Fix an $\mathcal{R}={\Gamma }_{\Psi }\subset \mathcal{P}$ that is stable under pasting.

1.

$\mathtt{FM}(1,S^1)$ is $\mathcal{R}$-viable if and only if there is an EsMM-set in $\mathtt{EsMM}\left(\mathcal{R}\right)$.

2.

If $\mathtt{EsMM}\left(\mathcal{R}\right)$ is non-empty, then no $\mathcal{R}$-arbitrage exists.

Under the uncertainty neutral expectation ${\mathcal{E}}^{\mathcal{Q}}$, expected returns of the risky and ambiguous asset $S^1$ equals that of the riskless asset $S^0$ and contains no ambiguity.

4. Conclusions

This paper presents a theory of derivative security pricing into which volatility uncertainty is incorporated. The classical notion of equivalent martingale measures changes, and the valuation by means of expectations becomes nonlinear. The results of this paper establish a version of the FTAP under volatility uncertainty.

The present uncertainty model is closely related to that of Epstein and Ji (2013), while the present valuation principle follows the preference-free approach by Ross (1976). The price of a claim is the expected value in an uncertainty-neutral world. Expectations for the security price no longer merely depend on one “risk-neutral” prior; the principle of a risk-neutral valuation is insufficient, as different mutually singular priors deliver completely different linear risk-neutral expectations. The shortcoming of linear prices is rearranged. A single prior, as the output of a linear-price equilibrium, can create an invisible threat of convention and may lead to an illusion of security when faced with a risky and ambiguous future. Within any neoclassical infinite states model, this stems from the dual role of an objective and primitive probability measure $\mathbb{P}$. On the one hand, it quantifies uncertainty.
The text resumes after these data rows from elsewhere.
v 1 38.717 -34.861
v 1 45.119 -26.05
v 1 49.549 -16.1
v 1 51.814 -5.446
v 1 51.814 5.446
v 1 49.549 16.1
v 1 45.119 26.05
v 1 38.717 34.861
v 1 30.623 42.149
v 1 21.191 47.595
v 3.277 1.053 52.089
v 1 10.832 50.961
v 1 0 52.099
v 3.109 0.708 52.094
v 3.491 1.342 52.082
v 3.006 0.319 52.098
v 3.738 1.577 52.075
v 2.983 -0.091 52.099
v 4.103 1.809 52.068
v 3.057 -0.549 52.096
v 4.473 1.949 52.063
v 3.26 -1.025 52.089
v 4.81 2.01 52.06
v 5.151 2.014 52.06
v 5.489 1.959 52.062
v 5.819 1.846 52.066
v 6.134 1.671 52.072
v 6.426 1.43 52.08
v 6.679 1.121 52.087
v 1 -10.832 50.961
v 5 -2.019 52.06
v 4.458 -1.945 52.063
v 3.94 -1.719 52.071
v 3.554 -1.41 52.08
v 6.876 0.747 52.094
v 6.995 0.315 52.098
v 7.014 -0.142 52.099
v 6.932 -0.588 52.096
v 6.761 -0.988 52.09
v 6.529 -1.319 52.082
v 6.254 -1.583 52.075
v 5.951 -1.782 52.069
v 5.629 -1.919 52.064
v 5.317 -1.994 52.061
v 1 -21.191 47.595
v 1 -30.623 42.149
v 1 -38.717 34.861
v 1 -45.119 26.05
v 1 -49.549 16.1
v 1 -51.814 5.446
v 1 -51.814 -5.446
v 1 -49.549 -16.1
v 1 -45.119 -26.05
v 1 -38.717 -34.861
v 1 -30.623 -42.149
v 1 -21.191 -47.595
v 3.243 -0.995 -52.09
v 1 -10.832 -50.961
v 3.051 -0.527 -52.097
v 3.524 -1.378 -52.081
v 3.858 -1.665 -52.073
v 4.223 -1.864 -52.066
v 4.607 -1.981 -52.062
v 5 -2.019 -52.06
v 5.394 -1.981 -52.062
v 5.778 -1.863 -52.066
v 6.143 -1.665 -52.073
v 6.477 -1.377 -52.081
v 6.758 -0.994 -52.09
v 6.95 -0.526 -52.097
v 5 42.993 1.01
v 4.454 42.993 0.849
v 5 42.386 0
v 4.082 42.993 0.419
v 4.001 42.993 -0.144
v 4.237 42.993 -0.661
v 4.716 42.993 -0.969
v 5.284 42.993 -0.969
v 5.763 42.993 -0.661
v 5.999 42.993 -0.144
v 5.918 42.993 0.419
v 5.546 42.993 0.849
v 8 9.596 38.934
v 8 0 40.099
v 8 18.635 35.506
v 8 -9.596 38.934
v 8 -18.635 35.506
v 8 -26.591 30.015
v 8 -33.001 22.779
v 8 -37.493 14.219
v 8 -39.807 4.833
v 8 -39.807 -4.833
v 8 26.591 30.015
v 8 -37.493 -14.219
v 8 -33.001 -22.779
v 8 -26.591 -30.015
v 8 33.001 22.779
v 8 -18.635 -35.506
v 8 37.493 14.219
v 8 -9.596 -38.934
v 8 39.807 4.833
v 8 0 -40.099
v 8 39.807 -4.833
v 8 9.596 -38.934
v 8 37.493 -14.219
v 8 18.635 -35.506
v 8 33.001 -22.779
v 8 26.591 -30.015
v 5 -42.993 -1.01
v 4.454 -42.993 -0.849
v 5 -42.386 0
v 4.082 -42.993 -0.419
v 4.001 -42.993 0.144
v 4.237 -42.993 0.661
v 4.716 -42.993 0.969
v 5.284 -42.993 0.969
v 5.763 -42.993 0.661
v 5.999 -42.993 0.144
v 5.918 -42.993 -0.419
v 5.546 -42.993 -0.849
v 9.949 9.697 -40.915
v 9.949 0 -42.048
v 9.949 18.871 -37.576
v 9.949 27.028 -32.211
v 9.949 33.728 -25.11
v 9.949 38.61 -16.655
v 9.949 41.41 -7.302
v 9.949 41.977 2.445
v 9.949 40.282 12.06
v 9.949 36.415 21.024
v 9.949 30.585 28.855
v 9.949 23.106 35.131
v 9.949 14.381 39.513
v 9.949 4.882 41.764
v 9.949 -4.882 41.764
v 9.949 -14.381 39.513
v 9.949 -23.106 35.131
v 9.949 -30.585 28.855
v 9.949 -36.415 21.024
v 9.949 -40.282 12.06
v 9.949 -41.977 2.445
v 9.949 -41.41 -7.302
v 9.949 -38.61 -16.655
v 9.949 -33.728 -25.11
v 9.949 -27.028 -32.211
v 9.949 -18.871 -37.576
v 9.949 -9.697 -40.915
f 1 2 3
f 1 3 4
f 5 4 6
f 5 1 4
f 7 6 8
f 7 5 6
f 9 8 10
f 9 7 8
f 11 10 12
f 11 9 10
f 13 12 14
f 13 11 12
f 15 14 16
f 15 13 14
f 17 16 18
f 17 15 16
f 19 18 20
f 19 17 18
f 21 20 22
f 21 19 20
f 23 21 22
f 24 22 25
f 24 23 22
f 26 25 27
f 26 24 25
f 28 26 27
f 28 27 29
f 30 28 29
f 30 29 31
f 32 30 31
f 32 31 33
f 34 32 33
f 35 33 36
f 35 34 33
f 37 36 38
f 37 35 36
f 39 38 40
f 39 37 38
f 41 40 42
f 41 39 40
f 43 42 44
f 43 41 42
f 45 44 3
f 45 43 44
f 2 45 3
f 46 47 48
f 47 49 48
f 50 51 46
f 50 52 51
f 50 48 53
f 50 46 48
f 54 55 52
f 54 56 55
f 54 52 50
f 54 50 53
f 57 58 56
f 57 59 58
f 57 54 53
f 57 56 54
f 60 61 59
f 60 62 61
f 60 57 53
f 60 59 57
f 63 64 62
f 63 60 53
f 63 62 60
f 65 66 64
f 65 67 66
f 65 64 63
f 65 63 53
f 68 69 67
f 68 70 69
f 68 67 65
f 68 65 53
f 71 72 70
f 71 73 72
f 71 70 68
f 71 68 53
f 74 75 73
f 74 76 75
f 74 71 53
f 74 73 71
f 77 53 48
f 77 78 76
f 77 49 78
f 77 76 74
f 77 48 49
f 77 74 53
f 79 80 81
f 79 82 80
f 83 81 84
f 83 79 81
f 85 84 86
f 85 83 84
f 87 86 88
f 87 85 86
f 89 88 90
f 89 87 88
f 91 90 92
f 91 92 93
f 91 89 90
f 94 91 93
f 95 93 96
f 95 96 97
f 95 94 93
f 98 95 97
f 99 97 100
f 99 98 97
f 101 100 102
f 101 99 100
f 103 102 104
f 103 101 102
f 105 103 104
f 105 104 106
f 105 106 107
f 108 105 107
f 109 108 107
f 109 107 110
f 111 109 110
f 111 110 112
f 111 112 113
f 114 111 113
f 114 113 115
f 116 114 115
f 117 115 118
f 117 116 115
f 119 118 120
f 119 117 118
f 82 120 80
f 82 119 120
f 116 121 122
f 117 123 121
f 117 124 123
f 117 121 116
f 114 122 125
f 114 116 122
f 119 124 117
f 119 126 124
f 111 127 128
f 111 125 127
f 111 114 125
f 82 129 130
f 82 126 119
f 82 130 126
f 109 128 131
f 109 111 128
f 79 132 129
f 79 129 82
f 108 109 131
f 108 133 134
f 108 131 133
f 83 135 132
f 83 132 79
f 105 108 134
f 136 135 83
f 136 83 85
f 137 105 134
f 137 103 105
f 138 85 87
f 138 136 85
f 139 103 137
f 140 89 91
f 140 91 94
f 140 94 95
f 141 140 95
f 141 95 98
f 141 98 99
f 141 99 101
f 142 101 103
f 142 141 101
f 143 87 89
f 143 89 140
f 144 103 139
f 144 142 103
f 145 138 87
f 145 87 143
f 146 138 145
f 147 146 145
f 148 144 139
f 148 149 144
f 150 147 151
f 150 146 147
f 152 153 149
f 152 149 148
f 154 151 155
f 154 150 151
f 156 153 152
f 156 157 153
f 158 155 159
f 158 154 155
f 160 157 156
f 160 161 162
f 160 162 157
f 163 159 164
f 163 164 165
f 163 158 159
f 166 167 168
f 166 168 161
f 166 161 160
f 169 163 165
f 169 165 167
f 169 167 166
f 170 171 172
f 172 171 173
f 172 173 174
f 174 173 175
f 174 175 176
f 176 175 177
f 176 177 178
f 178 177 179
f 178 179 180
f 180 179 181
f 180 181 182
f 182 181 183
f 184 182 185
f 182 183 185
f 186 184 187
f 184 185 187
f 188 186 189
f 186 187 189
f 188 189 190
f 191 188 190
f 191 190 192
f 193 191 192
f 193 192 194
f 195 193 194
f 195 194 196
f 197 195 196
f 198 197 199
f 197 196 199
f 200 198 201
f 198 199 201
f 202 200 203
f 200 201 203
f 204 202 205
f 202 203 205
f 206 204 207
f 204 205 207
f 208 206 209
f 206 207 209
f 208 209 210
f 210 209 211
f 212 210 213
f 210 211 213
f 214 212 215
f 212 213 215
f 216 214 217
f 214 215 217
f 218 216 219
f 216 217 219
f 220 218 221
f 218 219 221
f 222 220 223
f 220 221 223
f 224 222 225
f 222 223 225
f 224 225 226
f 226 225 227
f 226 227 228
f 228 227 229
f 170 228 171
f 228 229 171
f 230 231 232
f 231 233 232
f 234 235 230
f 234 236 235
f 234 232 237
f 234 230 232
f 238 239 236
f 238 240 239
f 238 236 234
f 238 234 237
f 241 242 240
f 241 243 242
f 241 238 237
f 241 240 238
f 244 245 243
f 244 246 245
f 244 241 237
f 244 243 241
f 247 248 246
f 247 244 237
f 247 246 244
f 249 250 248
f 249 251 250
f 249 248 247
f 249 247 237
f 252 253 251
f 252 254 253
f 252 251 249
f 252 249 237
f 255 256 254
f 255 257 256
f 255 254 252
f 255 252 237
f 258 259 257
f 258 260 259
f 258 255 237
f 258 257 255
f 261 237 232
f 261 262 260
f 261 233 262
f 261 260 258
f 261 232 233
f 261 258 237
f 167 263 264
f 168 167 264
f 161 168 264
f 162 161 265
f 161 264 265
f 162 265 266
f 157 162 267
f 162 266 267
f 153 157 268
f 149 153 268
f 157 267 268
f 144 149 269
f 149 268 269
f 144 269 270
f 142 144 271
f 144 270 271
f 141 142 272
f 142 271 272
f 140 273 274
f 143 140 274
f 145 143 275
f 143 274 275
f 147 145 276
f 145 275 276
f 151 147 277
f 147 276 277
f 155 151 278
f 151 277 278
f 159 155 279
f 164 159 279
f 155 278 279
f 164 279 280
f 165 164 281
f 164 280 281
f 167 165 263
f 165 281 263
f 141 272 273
On the other hand, this $\mathbb{P}$ reappears in the representation of any linear equilibrium price system and any EMM.

Under the present type of volatility uncertainty, the focus on a single prior creates a hazard. Payoff-relevant events with a positive probability may be costless under a supporting prior of a linear price. For instance, this can result from the first-order condition in a consumption-based asset pricing model.